### Exercise prompt
Quote each record exactly, please, leaving none out.

*** Records for this exercise ***

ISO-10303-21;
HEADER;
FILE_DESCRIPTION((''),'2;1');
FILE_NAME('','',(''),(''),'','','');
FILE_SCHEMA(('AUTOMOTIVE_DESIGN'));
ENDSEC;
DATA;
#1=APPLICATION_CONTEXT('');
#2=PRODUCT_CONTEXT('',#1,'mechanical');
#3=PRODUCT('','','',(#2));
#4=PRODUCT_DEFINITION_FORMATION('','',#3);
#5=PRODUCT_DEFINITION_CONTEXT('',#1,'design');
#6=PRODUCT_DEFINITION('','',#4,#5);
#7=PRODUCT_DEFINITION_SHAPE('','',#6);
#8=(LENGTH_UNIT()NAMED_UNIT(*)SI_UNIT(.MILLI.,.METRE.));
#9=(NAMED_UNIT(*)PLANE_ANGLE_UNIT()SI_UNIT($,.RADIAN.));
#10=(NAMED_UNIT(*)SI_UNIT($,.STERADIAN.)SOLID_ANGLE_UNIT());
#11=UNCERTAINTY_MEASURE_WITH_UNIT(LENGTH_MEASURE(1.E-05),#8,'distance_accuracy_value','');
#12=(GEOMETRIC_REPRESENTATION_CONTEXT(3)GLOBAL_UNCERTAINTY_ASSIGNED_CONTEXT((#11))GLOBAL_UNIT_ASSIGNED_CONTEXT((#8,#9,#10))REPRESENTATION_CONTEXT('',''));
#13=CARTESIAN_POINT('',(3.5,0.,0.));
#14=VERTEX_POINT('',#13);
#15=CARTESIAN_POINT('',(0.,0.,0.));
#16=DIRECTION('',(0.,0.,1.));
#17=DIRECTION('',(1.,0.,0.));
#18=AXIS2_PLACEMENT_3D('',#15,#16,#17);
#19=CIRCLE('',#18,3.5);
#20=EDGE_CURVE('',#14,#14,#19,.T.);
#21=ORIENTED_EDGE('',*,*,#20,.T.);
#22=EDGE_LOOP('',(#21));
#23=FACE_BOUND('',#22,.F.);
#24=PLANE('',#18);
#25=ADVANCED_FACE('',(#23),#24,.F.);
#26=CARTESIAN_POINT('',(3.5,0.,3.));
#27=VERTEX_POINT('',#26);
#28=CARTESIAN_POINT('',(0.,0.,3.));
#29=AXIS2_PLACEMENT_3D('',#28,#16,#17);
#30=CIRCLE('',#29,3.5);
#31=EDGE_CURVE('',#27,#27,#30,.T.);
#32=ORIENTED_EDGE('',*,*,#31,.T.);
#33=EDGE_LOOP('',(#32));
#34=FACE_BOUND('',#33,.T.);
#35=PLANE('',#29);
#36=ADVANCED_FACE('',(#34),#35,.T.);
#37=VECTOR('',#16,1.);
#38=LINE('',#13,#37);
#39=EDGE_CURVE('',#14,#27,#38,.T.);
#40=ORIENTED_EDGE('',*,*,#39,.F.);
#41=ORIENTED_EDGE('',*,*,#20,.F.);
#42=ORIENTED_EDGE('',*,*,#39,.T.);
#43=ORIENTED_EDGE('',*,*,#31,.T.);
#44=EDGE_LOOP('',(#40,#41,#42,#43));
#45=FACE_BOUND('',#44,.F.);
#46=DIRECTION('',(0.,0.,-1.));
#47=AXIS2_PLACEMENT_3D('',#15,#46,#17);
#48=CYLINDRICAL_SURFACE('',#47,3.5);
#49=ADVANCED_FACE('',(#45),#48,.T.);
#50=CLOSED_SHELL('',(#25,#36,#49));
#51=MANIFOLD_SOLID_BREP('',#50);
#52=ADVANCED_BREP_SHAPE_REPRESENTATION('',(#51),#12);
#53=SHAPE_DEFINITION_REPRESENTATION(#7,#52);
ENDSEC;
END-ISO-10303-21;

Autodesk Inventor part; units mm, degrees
ref_plane "YZ Plane" through (0, 0, 0) normal (1, 0, 0) x (0, 1, 0)
ref_plane "XZ Plane" through (0, 0, 0) normal (0, 1, 0) x (-1, 0, 0)
ref_plane "XY Plane" through (0, 0, 0) normal (0, 0, 1) x (1, 0, 0)
sketch "Sketch1" plane through (0, 0, 0) normal (0, 0, 1) x (1, 0, 0)
  circle A0 centre (0, 0) radius 3.5
  dimension "d0" = 7
extrude "Extrusion1" add sketch "Sketch1" along normal blind 3
properties part number "ShaftMountingBlock"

*** End of Records for this exercise ***

### Problem solution
ISO-10303-21;
HEADER;
FILE_DESCRIPTION((''),'2;1');
FILE_NAME('','',(''),(''),'','','');
FILE_SCHEMA(('AUTOMOTIVE_DESIGN'));
ENDSEC;
DATA;
#1=APPLICATION_CONTEXT('');
#2=PRODUCT_CONTEXT('',#1,'mechanical');
#3=PRODUCT('','','',(#2));
#4=PRODUCT_DEFINITION_FORMATION('','',#3);
#5=PRODUCT_DEFINITION_CONTEXT('',#1,'design');
#6=PRODUCT_DEFINITION('','',#4,#5);
#7=PRODUCT_DEFINITION_SHAPE('','',#6);
#8=(LENGTH_UNIT()NAMED_UNIT(*)SI_UNIT(.MILLI.,.METRE.));
#9=(NAMED_UNIT(*)PLANE_ANGLE_UNIT()SI_UNIT($,.RADIAN.));
#10=(NAMED_UNIT(*)SI_UNIT($,.STERADIAN.)SOLID_ANGLE_UNIT());
#11=UNCERTAINTY_MEASURE_WITH_UNIT(LENGTH_MEASURE(1.E-05),#8,'distance_accuracy_value','');
#12=(GEOMETRIC_REPRESENTATION_CONTEXT(3)GLOBAL_UNCERTAINTY_ASSIGNED_CONTEXT((#11))GLOBAL_UNIT_ASSIGNED_CONTEXT((#8,#9,#10))REPRESENTATION_CONTEXT('',''));
#13=CARTESIAN_POINT('',(3.5,0.,0.));
#14=VERTEX_POINT('',#13);
#15=CARTESIAN_POINT('',(0.,0.,0.));
#16=DIRECTION('',(0.,0.,1.));
#17=DIRECTION('',(1.,0.,0.));
#18=AXIS2_PLACEMENT_3D('',#15,#16,#17);
#19=CIRCLE('',#18,3.5);
#20=EDGE_CURVE('',#14,#14,#19,.T.);
#21=ORIENTED_EDGE('',*,*,#20,.T.);
#22=EDGE_LOOP('',(#21));
#23=FACE_BOUND('',#22,.F.);
#24=PLANE('',#18);
#25=ADVANCED_FACE('',(#23),#24,.F.);
#26=CARTESIAN_POINT('',(3.5,0.,3.));
#27=VERTEX_POINT('',#26);
#28=CARTESIAN_POINT('',(0.,0.,3.));
#29=AXIS2_PLACEMENT_3D('',#28,#16,#17);
#30=CIRCLE('',#29,3.5);
#31=EDGE_CURVE('',#27,#27,#30,.T.);
#32=ORIENTED_EDGE('',*,*,#31,.T.);
#33=EDGE_LOOP('',(#32));
#34=FACE_BOUND('',#33,.T.);
#35=PLANE('',#29);
#36=ADVANCED_FACE('',(#34),#35,.T.);
#37=VECTOR('',#16,1.);
#38=LINE('',#13,#37);
#39=EDGE_CURVE('',#14,#27,#38,.T.);
#40=ORIENTED_EDGE('',*,*,#39,.F.);
#41=ORIENTED_EDGE('',*,*,#20,.F.);
#42=ORIENTED_EDGE('',*,*,#39,.T.);
#43=ORIENTED_EDGE('',*,*,#31,.T.);
#44=EDGE_LOOP('',(#40,#41,#42,#43));
#45=FACE_BOUND('',#44,.F.);
#46=DIRECTION('',(0.,0.,-1.));
#47=AXIS2_PLACEMENT_3D('',#15,#46,#17);
#48=CYLINDRICAL_SURFACE('',#47,3.5);
#49=ADVANCED_FACE('',(#45),#48,.T.);
#50=CLOSED_SHELL('',(#25,#36,#49));
#51=MANIFOLD_SOLID_BREP('',#50);
#52=ADVANCED_BREP_SHAPE_REPRESENTATION('',(#51),#12);
#53=SHAPE_DEFINITION_REPRESENTATION(#7,#52);
ENDSEC;
END-ISO-10303-21;

Autodesk Inventor part; units mm, degrees
ref_plane "YZ Plane" through (0, 0, 0) normal (1, 0, 0) x (0, 1, 0)
ref_plane "XZ Plane" through (0, 0, 0) normal (0, 1, 0) x (-1, 0, 0)
ref_plane "XY Plane" through (0, 0, 0) normal (0, 0, 1) x (1, 0, 0)
sketch "Sketch1" plane through (0, 0, 0) normal (0, 0, 1) x (1, 0, 0)
  circle A0 centre (0, 0) radius 3.5
  dimension "d0" = 7
extrude "Extrusion1" add sketch "Sketch1" along normal blind 3
properties part number "ShaftMountingBlock"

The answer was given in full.